In particular, letting 1/Z be the nominal probability of any particular integer value of g, we have that E = (… + 1/8 + 1/4 + 1/2 + 1 + 2 + 4 + 8 + …)/Z, so that E + -E = [(… + 1/8 + 1/4 + 1/2 + 1 + 2 + 4 + 8 + …) - (… + 1/8 + 1/4 + 1/2 + 1 + 2 + 4 + 8 + …)]/Z. The numerator there can be re-arranged many different ways to produce different sums; for example:
[LIST]
[li]As … + (1/4 - 1/4) + (1/2 - 1/2) + (1 - 1) + (2 - 2) + (4 - 4) + … = … 0 + 0 + 0 + 0 + 0 + …, which is zero[/li]
[li]As … + (1/4 - 1/8) + (1/2 - 1/4) + (1 - 1/2) + (2 - 1) + (4 - 2) + … = … + 1/8 + 1/4 + 1/2 + 1 + 2 + …, which is infinitely positive.[/li]
[li]As … + (1/4 - 1/2) + (1/2 - 1) + (1 - 2) + (2 - 4) + (4 - 8) + … = … - 1/4 - 1/2 - 1 - 2 - 4 - …, which is infinitely negative.[/li][/ul]

So the question of whether E[Y - X] is positive, negative, or zero is ambiguous in the same way that the question of whether that sum is positive, negative, or zero is ambiguous.

(That having been said, it is possible to give a natural account of infinite summation on which that sum, as originally set up in the calculation of E[Y - X], is simply considered to go to 0 (with the shifted versions going to different values no longer being considered the same sum), which I could outline in a future post if there is interest.)
[/LIST]

Ah, of course. I forgot all about that.

I think this highlights what some people are saying, which is that an “expected value” is only a guide for action in a particular way in particular situations – and the scenario described in the OP is either not one of those situations or is one in which “expected value” is being used in the wrong way.

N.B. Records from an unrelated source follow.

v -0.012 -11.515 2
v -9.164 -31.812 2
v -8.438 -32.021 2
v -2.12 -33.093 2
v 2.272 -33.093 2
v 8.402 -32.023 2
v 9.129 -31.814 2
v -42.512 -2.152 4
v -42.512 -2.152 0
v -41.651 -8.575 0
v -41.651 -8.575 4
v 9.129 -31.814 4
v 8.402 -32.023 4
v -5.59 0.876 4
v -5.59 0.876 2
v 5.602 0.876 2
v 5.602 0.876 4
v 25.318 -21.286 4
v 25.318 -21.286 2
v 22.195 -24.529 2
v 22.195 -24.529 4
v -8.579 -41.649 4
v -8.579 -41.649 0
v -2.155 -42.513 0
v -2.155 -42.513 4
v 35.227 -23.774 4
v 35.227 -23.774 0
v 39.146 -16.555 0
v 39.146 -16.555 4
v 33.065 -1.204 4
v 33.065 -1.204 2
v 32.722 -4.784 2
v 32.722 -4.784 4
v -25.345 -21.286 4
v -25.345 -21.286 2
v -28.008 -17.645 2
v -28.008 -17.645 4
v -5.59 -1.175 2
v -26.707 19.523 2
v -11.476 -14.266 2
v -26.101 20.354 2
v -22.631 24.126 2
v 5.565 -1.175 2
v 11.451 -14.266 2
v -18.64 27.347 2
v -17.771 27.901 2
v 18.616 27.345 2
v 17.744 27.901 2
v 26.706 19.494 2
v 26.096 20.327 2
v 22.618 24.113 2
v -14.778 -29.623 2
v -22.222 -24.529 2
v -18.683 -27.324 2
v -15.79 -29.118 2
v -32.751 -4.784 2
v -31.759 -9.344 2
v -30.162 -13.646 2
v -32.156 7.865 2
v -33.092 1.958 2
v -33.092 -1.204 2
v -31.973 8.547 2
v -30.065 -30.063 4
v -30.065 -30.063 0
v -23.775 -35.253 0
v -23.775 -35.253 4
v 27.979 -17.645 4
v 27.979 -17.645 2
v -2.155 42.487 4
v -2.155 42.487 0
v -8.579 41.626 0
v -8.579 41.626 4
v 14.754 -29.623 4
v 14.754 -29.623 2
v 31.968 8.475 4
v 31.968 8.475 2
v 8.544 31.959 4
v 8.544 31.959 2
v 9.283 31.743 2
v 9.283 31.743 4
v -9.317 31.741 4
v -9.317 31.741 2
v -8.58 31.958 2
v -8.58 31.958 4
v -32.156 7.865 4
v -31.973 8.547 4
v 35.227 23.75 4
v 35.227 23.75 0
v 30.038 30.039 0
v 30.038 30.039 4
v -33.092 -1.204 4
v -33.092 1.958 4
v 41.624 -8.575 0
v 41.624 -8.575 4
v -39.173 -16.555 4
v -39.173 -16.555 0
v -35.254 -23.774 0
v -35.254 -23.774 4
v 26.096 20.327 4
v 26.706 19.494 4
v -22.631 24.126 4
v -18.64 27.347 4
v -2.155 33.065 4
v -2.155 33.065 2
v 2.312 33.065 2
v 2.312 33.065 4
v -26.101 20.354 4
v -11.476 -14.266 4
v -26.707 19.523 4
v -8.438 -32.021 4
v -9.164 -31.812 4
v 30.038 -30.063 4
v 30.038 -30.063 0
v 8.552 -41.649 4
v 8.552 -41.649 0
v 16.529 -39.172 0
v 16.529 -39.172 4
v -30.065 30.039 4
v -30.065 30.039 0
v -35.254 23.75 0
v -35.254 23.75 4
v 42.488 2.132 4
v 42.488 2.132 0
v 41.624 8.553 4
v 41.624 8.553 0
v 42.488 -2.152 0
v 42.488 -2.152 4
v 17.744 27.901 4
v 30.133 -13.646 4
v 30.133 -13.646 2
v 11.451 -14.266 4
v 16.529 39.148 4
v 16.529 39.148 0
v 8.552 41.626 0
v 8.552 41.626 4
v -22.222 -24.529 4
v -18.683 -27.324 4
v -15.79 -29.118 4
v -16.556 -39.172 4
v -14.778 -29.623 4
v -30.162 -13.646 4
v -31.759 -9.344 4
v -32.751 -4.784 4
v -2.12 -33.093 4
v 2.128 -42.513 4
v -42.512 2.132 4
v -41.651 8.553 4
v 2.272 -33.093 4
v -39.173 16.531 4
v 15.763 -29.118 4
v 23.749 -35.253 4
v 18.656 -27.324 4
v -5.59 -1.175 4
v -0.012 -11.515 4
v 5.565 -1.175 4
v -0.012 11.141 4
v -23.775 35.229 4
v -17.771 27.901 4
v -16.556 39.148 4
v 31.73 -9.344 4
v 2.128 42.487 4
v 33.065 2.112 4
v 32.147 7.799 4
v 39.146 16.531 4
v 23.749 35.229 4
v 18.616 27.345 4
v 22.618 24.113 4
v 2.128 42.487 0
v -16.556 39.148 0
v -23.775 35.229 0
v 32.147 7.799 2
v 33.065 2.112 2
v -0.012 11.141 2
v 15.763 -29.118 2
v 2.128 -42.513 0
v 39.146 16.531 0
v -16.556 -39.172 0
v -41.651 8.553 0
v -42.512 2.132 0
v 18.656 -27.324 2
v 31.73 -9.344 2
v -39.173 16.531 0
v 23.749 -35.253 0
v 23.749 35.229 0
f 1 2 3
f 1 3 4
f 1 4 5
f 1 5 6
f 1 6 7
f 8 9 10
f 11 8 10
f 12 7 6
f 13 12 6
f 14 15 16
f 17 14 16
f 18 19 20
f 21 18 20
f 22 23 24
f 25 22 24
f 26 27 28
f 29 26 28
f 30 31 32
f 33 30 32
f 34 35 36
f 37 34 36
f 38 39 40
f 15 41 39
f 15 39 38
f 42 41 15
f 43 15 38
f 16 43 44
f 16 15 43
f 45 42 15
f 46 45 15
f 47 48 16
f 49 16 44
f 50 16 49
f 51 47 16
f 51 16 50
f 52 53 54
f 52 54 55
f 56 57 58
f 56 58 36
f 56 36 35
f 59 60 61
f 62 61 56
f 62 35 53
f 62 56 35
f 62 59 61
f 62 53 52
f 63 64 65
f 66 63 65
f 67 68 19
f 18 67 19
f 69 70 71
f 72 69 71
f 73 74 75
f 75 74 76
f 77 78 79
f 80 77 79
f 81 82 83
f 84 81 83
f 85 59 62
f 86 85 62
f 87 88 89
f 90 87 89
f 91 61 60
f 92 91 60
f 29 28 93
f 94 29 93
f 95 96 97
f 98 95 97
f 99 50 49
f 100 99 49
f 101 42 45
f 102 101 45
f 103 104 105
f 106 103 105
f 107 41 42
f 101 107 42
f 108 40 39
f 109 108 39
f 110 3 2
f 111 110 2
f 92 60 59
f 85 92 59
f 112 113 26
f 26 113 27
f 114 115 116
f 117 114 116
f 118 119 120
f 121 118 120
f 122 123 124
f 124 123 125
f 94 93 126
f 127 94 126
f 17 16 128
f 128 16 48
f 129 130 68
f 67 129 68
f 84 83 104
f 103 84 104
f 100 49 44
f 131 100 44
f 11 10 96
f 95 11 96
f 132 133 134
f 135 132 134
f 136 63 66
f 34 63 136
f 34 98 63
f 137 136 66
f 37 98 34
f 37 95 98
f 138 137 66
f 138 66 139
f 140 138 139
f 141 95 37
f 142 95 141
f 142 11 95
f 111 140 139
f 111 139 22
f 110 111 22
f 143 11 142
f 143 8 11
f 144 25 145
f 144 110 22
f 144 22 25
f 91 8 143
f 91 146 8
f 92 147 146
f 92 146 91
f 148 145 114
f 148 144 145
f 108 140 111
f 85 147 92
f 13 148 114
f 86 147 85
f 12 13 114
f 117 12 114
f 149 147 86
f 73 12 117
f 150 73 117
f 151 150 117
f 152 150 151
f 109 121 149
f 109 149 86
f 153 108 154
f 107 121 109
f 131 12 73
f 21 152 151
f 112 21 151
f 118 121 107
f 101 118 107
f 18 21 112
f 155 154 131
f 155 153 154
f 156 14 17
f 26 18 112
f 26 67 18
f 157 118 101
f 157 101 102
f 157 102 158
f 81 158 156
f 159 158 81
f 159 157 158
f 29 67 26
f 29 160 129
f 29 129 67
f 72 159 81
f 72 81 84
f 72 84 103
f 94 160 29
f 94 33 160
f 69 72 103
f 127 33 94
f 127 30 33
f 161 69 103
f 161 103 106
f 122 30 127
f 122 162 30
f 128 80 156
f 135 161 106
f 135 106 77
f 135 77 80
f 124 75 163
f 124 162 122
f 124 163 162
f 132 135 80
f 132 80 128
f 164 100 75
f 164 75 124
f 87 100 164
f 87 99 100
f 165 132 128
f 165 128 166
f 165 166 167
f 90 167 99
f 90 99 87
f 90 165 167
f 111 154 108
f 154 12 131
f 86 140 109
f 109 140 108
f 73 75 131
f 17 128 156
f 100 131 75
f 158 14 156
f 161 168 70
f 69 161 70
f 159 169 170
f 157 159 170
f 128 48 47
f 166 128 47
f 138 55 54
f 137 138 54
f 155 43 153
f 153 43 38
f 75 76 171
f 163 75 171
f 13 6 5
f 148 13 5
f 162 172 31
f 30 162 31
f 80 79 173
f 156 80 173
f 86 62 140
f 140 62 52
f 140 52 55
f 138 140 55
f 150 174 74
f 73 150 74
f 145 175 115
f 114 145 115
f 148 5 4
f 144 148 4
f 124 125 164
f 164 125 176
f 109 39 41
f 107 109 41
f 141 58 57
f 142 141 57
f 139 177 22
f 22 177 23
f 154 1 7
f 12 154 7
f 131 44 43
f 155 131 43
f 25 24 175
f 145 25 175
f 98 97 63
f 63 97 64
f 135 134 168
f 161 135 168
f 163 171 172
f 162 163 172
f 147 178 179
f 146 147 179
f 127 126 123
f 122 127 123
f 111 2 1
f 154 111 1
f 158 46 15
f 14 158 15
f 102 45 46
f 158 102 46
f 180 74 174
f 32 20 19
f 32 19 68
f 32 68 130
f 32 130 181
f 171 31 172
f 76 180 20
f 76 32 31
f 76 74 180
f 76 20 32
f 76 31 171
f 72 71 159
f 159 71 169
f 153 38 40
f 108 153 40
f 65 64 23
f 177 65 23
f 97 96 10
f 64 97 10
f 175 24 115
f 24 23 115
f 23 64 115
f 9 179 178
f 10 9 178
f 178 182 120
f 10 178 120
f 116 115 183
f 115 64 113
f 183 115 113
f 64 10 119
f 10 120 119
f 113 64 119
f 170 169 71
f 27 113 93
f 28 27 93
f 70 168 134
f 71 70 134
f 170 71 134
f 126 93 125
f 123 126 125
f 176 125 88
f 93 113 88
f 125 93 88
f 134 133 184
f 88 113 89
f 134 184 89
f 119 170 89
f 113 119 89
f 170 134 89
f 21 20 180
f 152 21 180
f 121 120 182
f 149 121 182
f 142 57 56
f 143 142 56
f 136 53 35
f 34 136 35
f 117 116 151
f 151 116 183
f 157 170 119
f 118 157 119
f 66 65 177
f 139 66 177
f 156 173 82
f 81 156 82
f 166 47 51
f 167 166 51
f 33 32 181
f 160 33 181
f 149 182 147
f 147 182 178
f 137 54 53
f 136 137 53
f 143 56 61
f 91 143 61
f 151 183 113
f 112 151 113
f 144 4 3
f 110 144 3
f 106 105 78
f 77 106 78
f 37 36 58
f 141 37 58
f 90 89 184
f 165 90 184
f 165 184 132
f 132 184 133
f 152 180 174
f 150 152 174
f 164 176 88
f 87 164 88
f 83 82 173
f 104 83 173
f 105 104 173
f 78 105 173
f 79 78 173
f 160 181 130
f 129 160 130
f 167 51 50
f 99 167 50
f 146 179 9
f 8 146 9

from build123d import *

# Parameters (mm, degrees)
F1_DEPTH = 4
F2_DEPTH = 2


with BuildPart() as f1:
    # F0 (on Top) → F1 (new body)
    with BuildSketch(Plane.XY):
        Polygon((-2.15507, -42.513097), (-0.012324, -42.513097), (2.128266, -42.513097), (8.551832, -41.649458), (16.529186, -39.171592), (23.748692, -35.252986), (30.037865, -30.063322), (35.227457, -23.774077), (39.146422, -16.554931), (41.624073, -8.575349), (42.487568, -2.151782), (42.487568, -0.011192), (42.487568, 2.131554), (41.624073, 8.553324), (39.146422, 16.530678), (35.227457, 23.749824), (30.037865, 30.039356), (23.748692, 35.228948), (16.529186, 39.147554), (8.551832, 41.625565), (2.128266, 42.486903), (-0.012324, 42.486903), (-2.15507, 42.486903), (-8.578637, 41.625565), (-16.556206, 39.147554), (-23.775352, 35.228948), (-30.064598, 30.039356), (-35.254262, 23.749824), (-39.172867, 16.530678), (-41.650734, 8.553324), (-42.512432, 2.131554), (-42.512432, -0.011192), (-42.512432, -2.151782), (-41.650734, -8.575349), (-39.172867, -16.554931), (-35.254262, -23.774077), (-30.064598, -30.063322), (-23.775352, -35.252986), (-16.556206, -39.171592), (-8.578637, -41.649458), align=None)
        Polygon((-32.156461, 7.865187), (-31.973198, 8.547215), (-14.778227, -29.622735), (-15.790021, -29.11779), (-18.683142, -27.324179), (-22.221601, -24.528584), (-25.344771, -21.286472), (-28.007842, -17.644702), (-30.162087, -13.646215), (-31.758743, -9.343618), (-32.751061, -4.78359), (-33.092255, -1.204202), (-33.092255, -0.011192), (-33.092255, 1.957992), align=None, mode=Mode.SUBTRACT)
        Polygon((-8.438135, -32.020684), (-9.163643, -31.812051), (-0.012324, -11.515471), (9.128933, -31.813992), (8.401628, -32.022625), (2.272361, -33.09292), (-0.012324, -33.09292), (-2.119855, -33.09292), align=None, mode=Mode.SUBTRACT)
        Polygon((15.763073, -29.11779), (14.753686, -29.622735), (31.967882, 8.475347), (32.147192, 7.798709), (33.065307, 2.112149), (33.065307, -0.011192), (33.065307, -1.204202), (32.722496, -4.78359), (31.730358, -9.343618), (30.13345, -13.646215), (27.979205, -17.644702), (25.31829, -21.286472), (22.194904, -24.528584), (18.656481, -27.324179), align=None, mode=Mode.SUBTRACT)
        Polygon((-0.012324, 11.140574), (-9.317441, 31.741192), (-8.580434, 31.957874), (-2.15507, 33.064642), (-0.012324, 33.064642), (2.311529, 33.064642), (8.543927, 31.959311), (9.28309, 31.743348), align=None, mode=Mode.SUBTRACT)
        Polygon((5.602367, 0.876019), (17.744116, 27.900922), (18.615516, 27.344664), (22.618207, 24.112757), (26.095902, 20.326748), (26.706062, 19.494157), (11.45099, -14.266185), (5.565355, -1.175095), (-5.590004, -1.175095), (-11.475638, -14.266185), (-26.707461, 19.523263), (-26.101182, 20.354058), (-22.630997, 24.126053), (-18.640272, 27.34682), (-17.770777, 27.900922), (-5.590004, 0.876019), align=None, mode=Mode.SUBTRACT)
    extrude(amount=F1_DEPTH)

    # F0 (on Top) → F2 (join)
    with BuildSketch(Plane.XY):
        Polygon((18.615516, 27.344664), (17.744116, 27.900922), (5.602367, 0.876019), (-5.590004, 0.876019), (-17.770777, 27.900922), (-18.640272, 27.34682), (-22.630997, 24.126053), (-26.101182, 20.354058), (-26.707461, 19.523263), (-11.475638, -14.266185), (-5.590004, -1.175095), (5.565355, -1.175095), (11.45099, -14.266185), (26.706062, 19.494157), (26.095902, 20.326748), (22.618207, 24.112757), align=None)
        Polygon((-14.778227, -29.622735), (-31.973198, 8.547215), (-32.156461, 7.865187), (-33.092255, 1.957992), (-33.092255, -0.011192), (-33.092255, -1.204202), (-32.751061, -4.78359), (-31.758743, -9.343618), (-30.162087, -13.646215), (-28.007842, -17.644702), (-25.344771, -21.286472), (-22.221601, -24.528584), (-18.683142, -27.324179), (-15.790021, -29.11779), align=None)
        Polygon((-0.012324, -11.515471), (-9.163643, -31.812051), (-8.438135, -32.020684), (-2.119855, -33.09292), (-0.012324, -33.09292), (2.272361, -33.09292), (8.401628, -32.022625), (9.128933, -31.813992), align=None)
        Polygon((31.967882, 8.475347), (14.753686, -29.622735), (15.763073, -29.11779), (18.656481, -27.324179), (22.194904, -24.528584), (25.31829, -21.286472), (27.979205, -17.644702), (30.13345, -13.646215), (31.730358, -9.343618), (32.722496, -4.78359), (33.065307, -1.204202), (33.065307, -0.011192), (33.065307, 2.112149), (32.147192, 7.798709), align=None)
        Polygon((-8.580434, 31.957874), (-9.317441, 31.741192), (-0.012324, 11.140574), (9.28309, 31.743348), (8.543927, 31.959311), (2.311529, 33.064642), (-0.012324, 33.064642), (-2.15507, 33.064642), align=None)
    extrude(amount=F2_DEPTH)


solid = f1.part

In your example, I would have thought that expected value is being used the wrong way. But if the choice were between taking “X/Y dollars” or “Y/X” dollars, then I’d think it would be rational to use expected value to make your decision–except of course using expected value here just shows that (since the expected values are equal) you’ve got no good evidence either way.

I’m not sure what you are referring to with this. To clarify, I would not want to gloss E[Y/X] = 1.25 with the phrase “Y is expected to be bigger than X”. I would consider that an erroneous interpretation of the misguidingly named “expected value” operator, and was using it as an illustration of such. (However, it is definitely true that E[Y/X] = 1.25; there’s nothing wrong about that)

The problem here is that there’s a distinction between the way you’d read this problem in ordinary language, and how you have to read it in order to get a genuine probabilistic model out of it. You can’t really make a random variable X that behaves exactly the way that you’re describing in this post, and that’s why there appears to be a paradox.

In the case where you don’t open the envelope before you decide to switch, C K Dexter Haven’s analysis is exactly correct, and can be translated into something consistent. In the case where you do, you can follow the Bayesian approach that seems to be popular in this thread–although that opens a giant can of worms regarding prior selection–or you can take Indistinguishable’s conditional expectation approach, which I find a lot more appealing. Either way, the paradox disappears when you write down something that actually corresponds to a formal model.

If I can get on my soapbox for a minute, there is a school of thought that says that probability should be handled by intuition, and that doing formal calculations is pointless. I think this is a great example of why you’d better make sure your intuition is damn good before you take that approach.